FYI He is still motionless and it's been about 45 minutes since I got home.


----------



## Ria (Aug 30, 2018)

I think start taking him put but make sure he can still hide in the fleece and talk softly.
Be prepared for a spikey ball of huff when you go and take him out.

Remember it will take a while to bond, and some hedgehogs dont grow used to being active when you can see. 

A lot of people use cameras to see what their hogs are up to at night.


----------



## SquirtleSquirt (May 9, 2016)

You should take him out to bond. Have a snuggle sack or somewhere to hide in case he's the non-adventurous type. You can have him next to you while you're out. Make sure to bond for a minimum of 30 minutes daily.


----------



## Snakebite64 (Apr 21, 2019)

Thank you for the replies. I will start taking him out as suggested. Just didn't want to cause more stress than necessary.


----------



## Aj.t (Jan 29, 2019)

I like to recommend finding a yummy treat they LOVE more than anything, and setting that aside to give them ONLY when bonding.
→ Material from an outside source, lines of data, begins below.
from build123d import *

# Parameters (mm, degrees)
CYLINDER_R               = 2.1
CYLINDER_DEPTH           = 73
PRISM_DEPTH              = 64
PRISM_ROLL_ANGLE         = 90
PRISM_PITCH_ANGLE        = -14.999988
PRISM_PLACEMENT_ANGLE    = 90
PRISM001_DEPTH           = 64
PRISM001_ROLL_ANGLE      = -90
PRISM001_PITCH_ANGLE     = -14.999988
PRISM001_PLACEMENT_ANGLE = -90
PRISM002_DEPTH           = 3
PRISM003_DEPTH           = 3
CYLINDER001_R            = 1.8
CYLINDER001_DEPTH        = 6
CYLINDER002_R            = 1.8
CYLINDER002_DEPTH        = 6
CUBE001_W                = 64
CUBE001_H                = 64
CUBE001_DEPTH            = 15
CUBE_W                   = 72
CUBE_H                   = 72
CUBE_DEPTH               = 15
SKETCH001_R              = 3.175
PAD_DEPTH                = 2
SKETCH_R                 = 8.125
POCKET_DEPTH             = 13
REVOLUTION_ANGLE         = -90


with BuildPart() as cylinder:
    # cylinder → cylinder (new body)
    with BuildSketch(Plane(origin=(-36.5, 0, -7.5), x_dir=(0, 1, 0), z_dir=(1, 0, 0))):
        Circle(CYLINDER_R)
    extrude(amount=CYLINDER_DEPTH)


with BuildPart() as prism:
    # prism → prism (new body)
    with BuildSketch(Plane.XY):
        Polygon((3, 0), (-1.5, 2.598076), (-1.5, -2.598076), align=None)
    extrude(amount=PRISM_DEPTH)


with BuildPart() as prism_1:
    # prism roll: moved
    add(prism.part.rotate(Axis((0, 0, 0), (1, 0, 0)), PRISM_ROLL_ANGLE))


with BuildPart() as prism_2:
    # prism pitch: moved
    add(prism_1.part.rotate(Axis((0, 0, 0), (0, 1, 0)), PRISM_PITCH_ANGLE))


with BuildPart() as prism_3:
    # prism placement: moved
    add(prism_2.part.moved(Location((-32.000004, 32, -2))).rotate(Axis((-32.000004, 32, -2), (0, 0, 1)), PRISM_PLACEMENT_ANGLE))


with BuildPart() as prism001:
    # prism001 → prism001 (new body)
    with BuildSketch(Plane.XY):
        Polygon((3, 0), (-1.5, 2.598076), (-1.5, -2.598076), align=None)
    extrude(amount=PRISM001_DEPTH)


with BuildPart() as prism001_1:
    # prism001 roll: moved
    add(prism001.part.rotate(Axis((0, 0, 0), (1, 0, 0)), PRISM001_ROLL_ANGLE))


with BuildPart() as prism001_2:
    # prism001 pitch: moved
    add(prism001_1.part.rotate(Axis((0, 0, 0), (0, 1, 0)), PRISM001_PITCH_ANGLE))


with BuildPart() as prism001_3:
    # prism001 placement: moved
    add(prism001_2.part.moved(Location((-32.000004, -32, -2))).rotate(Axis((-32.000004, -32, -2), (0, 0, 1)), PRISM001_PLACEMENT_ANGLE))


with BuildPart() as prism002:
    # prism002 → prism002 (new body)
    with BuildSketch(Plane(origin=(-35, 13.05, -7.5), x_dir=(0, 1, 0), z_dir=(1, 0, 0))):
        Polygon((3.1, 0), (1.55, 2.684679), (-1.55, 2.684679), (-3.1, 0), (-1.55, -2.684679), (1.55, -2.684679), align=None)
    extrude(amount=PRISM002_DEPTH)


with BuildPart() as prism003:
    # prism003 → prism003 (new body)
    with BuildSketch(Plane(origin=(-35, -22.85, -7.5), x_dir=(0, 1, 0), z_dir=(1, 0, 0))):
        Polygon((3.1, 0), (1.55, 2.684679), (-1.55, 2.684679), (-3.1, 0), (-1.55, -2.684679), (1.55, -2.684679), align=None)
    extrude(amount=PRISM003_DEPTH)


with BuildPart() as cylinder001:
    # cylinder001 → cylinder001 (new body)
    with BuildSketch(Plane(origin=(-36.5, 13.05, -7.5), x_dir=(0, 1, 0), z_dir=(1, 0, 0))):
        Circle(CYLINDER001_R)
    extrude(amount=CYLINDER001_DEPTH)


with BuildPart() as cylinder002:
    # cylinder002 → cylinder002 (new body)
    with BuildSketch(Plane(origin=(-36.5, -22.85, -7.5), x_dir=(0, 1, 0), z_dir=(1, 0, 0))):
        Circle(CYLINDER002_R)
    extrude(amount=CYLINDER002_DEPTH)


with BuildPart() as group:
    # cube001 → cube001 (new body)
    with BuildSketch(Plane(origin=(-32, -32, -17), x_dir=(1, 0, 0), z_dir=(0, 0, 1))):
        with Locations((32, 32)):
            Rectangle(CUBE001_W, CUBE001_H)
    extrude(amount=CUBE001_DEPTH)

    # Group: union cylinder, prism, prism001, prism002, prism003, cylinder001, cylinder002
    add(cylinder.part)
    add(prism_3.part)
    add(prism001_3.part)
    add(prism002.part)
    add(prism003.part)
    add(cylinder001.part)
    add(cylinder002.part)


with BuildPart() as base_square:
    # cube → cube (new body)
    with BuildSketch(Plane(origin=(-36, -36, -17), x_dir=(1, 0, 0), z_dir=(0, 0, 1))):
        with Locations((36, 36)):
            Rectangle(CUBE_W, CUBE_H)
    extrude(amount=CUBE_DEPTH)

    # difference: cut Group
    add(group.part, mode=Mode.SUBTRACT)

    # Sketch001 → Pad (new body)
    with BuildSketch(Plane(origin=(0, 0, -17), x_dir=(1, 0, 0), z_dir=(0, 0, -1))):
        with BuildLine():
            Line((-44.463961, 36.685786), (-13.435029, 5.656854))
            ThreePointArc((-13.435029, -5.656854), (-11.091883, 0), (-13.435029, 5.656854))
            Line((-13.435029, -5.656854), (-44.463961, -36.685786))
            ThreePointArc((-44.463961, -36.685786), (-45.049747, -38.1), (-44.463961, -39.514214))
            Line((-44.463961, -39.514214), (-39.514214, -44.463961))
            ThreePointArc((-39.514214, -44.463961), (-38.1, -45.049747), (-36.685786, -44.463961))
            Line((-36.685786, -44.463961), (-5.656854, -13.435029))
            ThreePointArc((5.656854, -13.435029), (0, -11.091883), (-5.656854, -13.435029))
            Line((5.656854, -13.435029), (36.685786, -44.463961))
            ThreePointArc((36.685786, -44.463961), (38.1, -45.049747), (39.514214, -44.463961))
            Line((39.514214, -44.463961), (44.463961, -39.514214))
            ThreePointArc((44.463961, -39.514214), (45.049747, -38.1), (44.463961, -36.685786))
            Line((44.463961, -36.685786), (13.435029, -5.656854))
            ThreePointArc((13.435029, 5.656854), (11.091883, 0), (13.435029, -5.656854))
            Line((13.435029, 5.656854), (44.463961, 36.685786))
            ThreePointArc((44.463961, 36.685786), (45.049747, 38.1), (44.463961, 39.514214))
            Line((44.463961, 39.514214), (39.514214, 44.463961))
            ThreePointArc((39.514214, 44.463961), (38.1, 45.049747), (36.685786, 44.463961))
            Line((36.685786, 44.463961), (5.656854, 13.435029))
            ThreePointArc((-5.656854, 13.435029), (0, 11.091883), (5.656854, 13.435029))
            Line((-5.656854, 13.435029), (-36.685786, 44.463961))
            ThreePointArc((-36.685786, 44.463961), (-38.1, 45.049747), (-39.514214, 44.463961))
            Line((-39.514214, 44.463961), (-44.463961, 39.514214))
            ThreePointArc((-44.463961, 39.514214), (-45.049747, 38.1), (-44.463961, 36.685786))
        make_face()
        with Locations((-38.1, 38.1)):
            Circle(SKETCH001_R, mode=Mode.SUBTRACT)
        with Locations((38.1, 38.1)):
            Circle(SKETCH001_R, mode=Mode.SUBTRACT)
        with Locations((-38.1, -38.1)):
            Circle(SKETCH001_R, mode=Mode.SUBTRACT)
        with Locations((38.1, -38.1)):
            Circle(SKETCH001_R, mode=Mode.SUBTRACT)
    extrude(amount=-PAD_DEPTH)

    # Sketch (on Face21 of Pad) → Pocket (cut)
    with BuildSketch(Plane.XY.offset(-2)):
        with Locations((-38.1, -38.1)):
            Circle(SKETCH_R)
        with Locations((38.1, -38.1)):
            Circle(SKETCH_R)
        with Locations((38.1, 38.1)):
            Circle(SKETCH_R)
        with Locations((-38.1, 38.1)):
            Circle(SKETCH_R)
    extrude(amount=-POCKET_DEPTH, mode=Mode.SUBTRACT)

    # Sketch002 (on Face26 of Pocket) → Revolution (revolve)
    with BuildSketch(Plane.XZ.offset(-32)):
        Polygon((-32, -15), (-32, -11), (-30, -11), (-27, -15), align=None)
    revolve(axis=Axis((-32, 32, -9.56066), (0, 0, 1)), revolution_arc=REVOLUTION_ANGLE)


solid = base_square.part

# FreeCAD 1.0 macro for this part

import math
import FreeCAD as App
import Part
import Sketcher
from FreeCAD import Vector
Q = App.Units.Quantity


def add_polygon(sketch, points):
    """Adds a closed chain of lines whose ends are joined by coincident constraints."""
    first, n = sketch.GeometryCount, len(points)
    for a, b in zip(points, points[1:] + points[:1]):
        sketch.addGeometry(Part.LineSegment(App.Vector(*a, 0), App.Vector(*b, 0)), False)
    for i in range(n):
        sketch.addConstraint(Sketcher.Constraint("Coincident", first + i, 2, first + (i + 1) % n, 1))

doc = App.newDocument("Part")
body = doc.addObject("PartDesign::Body", "Body")

sketch1 = body.newObject("Sketcher::SketchObject", "Sketch")
sketch1.AttachmentSupport = (doc.getObject("YZ_Plane"), [""])
sketch1.MapMode = "FlatFace"
sketch1.AttachmentOffset = App.Placement(Vector(0, 0, -36.5), App.Rotation())
sketch1.addGeometry(Part.Circle(Vector(0, -7.5, 0), Vector(0, 0, 1), 2.1), False)
sketch1.addConstraint([
    Sketcher.Constraint("PointOnObject", 0, 3, -2),
    Sketcher.Constraint("Diameter", 0, Q("4.2 mm")),
    Sketcher.Constraint("DistanceY", 0, 3, -1, 1, Q("7.5 mm")),
])
pad1 = body.newObject("PartDesign::Pad", "Pad")
pad1.Profile = sketch1
pad1.Length = 73
body2 = doc.addObject("PartDesign::Body", "Body001")

sketch2 = body2.newObject("Sketcher::SketchObject", "Sketch001")
sketch2.AttachmentSupport = (doc.getObject("XY_Plane001"), [""])
sketch2.MapMode = "FlatFace"
add_polygon(sketch2, [(3, 0), (-2, 3), (-2, -3)])
sketch2.addConstraint([
    Sketcher.Constraint("Vertical", 1),
    Sketcher.Constraint("PointOnObject", 2, 2, -1),
    Sketcher.Constraint("Equal", 0, 2),
    Sketcher.Constraint("Angle", 0, Q("150.000002 deg")),
    Sketcher.Constraint("DistanceX", -1, 1, 2, 2, Q("3 mm")),
    Sketcher.Constraint("DistanceX", 0, 2, -1, 1, Q("1.5 mm")),
])
pad2 = body2.newObject("PartDesign::Pad", "Pad001")
pad2.Profile = sketch2
pad2.Length = 64
body3 = doc.addObject("PartDesign::Body", "Body002")
doc.recompute()

body2.Placement = App.Placement(Vector(0, 0, 0), App.Rotation(Vector(1, 0, 0), 90))
boolean = body3.newObject("PartDesign::Boolean", "Boolean")
boolean.Type = "Fuse"
boolean.addObjects([body2])
body4 = doc.addObject("PartDesign::Body", "Body003")
doc.recompute()

body3.Placement = App.Placement(Vector(0, 0, 0), App.Rotation(Vector(0, 1, 0), 345.000012))
boolean2 = body4.newObject("PartDesign::Boolean", "Boolean001")
boolean2.Type = "Fuse"
boolean2.addObjects([body3])
body5 = doc.addObject("PartDesign::Body", "Body004")
doc.recompute()

body4.Placement = App.Placement(Vector(-32.000004, 32, -2), App.Rotation(Vector(0, 0, 1), 90))
boolean3 = body5.newObject("PartDesign::Boolean", "Boolean002")
boolean3.Type = "Fuse"
boolean3.addObjects([body4])
body6 = doc.addObject("PartDesign::Body", "Body005")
They’ll start to want to interact with you because they know you’ll give them treats 🙂 yep it’s bribing but it works


----------



## Ria (Aug 30, 2018)

Aj.t said:


> I like to recommend finding a yummy treat they LOVE more than anything, and setting that aside to give them ONLY when bonding. They'll start to want to interact with you because they know you'll give them treats &#128578; yep it's bribing but it works


That only works for some hogs.
Holly is a very shy type of eater and its very rare she will eat anything outside her viv. So I can't make a treat that's only for bonding time - but Holly still loves to interact with me and she has bonded amazingly to me.

As long as you base your bonding times on the hedgehog and how they act when out then you can get good bond even without treats.

This is a great suggestion I just didn't want anyone thinking that if their hog doesn't eat outside their cage then the hedgehog won't want to bond with them.


----------